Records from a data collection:
Segment Open

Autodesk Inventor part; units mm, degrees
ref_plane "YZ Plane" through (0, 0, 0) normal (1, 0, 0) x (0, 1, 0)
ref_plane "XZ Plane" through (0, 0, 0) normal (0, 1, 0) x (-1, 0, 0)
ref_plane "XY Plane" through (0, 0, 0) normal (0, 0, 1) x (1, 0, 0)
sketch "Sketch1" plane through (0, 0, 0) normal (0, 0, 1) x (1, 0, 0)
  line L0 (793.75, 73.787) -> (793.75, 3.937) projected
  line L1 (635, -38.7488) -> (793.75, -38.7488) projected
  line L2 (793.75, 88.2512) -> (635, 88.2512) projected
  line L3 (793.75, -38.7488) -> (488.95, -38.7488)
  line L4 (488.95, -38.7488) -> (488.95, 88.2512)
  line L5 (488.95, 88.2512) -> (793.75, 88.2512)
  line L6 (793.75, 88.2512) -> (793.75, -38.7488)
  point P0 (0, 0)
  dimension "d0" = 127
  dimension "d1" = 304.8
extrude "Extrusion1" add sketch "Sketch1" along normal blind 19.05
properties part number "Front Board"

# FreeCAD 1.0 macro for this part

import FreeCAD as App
import Part
import Sketcher
Q = App.Units.Quantity


def add_polygon(sketch, points):
    """Adds a closed chain of lines whose ends are joined by coincident constraints."""
    first, n = sketch.GeometryCount, len(points)
    for a, b in zip(points, points[1:] + points[:1]):
        sketch.addGeometry(Part.LineSegment(App.Vector(*a, 0), App.Vector(*b, 0)), False)
    for i in range(n):
        sketch.addConstraint(Sketcher.Constraint("Coincident", first + i, 2, first + (i + 1) % n, 1))

doc = App.newDocument("Part")
body = doc.addObject("PartDesign::Body", "Body")

# Sketch on XY plane
sketch1 = body.newObject("Sketcher::SketchObject", "Sketch")
sketch1.AttachmentSupport = (doc.getObject("XY_Plane"), [""])
sketch1.MapMode = "FlatFace"
add_polygon(sketch1, [(794, -39), (794, 88), (489, 88), (489, -39)])  # lines 0-3
sketch1.addConstraint([
    Sketcher.Constraint("Vertical", 0),
    Sketcher.Constraint("Horizontal", 1),
    Sketcher.Constraint("Vertical", 2),
    Sketcher.Constraint("Horizontal", 3),
    Sketcher.Constraint("DistanceX", 1, 2, 1, 1, Q("12 in")),
    Sketcher.Constraint("DistanceY", 0, 1, 0, 2, Q("5 in")),
    Sketcher.Constraint("DistanceX", -1, 1, 0, 2, Q("31.25 in")),
    Sketcher.Constraint("DistanceY", -1, 1, 0, 2, Q("88.2512 mm")),
])
pad1 = body.newObject("PartDesign::Pad", "Pad")
pad1.Profile = sketch1
pad1.Length = Q("0.75 in")

doc.recompute()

Segment Closed

Reproduce every entry above exactly as it was written.

Autodesk Inventor part; units mm, degrees
ref_plane "YZ Plane" through (0, 0, 0) normal (1, 0, 0) x (0, 1, 0)
ref_plane "XZ Plane" through (0, 0, 0) normal (0, 1, 0) x (-1, 0, 0)
ref_plane "XY Plane" through (0, 0, 0) normal (0, 0, 1) x (1, 0, 0)
sketch "Sketch1" plane through (0, 0, 0) normal (0, 0, 1) x (1, 0, 0)
  line L0 (793.75, 73.787) -> (793.75, 3.937) projected
  line L1 (635, -38.7488) -> (793.75, -38.7488) projected
  line L2 (793.75, 88.2512) -> (635, 88.2512) projected
  line L3 (793.75, -38.7488) -> (488.95, -38.7488)
  line L4 (488.95, -38.7488) -> (488.95, 88.2512)
  line L5 (488.95, 88.2512) -> (793.75, 88.2512)
  line L6 (793.75, 88.2512) -> (793.75, -38.7488)
  point P0 (0, 0)
  dimension "d0" = 127
  dimension "d1" = 304.8
extrude "Extrusion1" add sketch "Sketch1" along normal blind 19.05
properties part number "Front Board"

# FreeCAD 1.0 macro for this part

import FreeCAD as App
import Part
import Sketcher
Q = App.Units.Quantity


def add_polygon(sketch, points):
    """Adds a closed chain of lines whose ends are joined by coincident constraints."""
    first, n = sketch.GeometryCount, len(points)
    for a, b in zip(points, points[1:] + points[:1]):
        sketch.addGeometry(Part.LineSegment(App.Vector(*a, 0), App.Vector(*b, 0)), False)
    for i in range(n):
        sketch.addConstraint(Sketcher.Constraint("Coincident", first + i, 2, first + (i + 1) % n, 1))

doc = App.newDocument("Part")
body = doc.addObject("PartDesign::Body", "Body")

# Sketch on XY plane
sketch1 = body.newObject("Sketcher::SketchObject", "Sketch")
sketch1.AttachmentSupport = (doc.getObject("XY_Plane"), [""])
sketch1.MapMode = "FlatFace"
add_polygon(sketch1, [(794, -39), (794, 88), (489, 88), (489, -39)])  # lines 0-3
sketch1.addConstraint([
    Sketcher.Constraint("Vertical", 0),
    Sketcher.Constraint("Horizontal", 1),
    Sketcher.Constraint("Vertical", 2),
    Sketcher.Constraint("Horizontal", 3),
    Sketcher.Constraint("DistanceX", 1, 2, 1, 1, Q("12 in")),
    Sketcher.Constraint("DistanceY", 0, 1, 0, 2, Q("5 in")),
    Sketcher.Constraint("DistanceX", -1, 1, 0, 2, Q("31.25 in")),
    Sketcher.Constraint("DistanceY", -1, 1, 0, 2, Q("88.2512 mm")),
])
pad1 = body.newObject("PartDesign::Pad", "Pad")
pad1.Profile = sketch1
pad1.Length = Q("0.75 in")

doc.recompute()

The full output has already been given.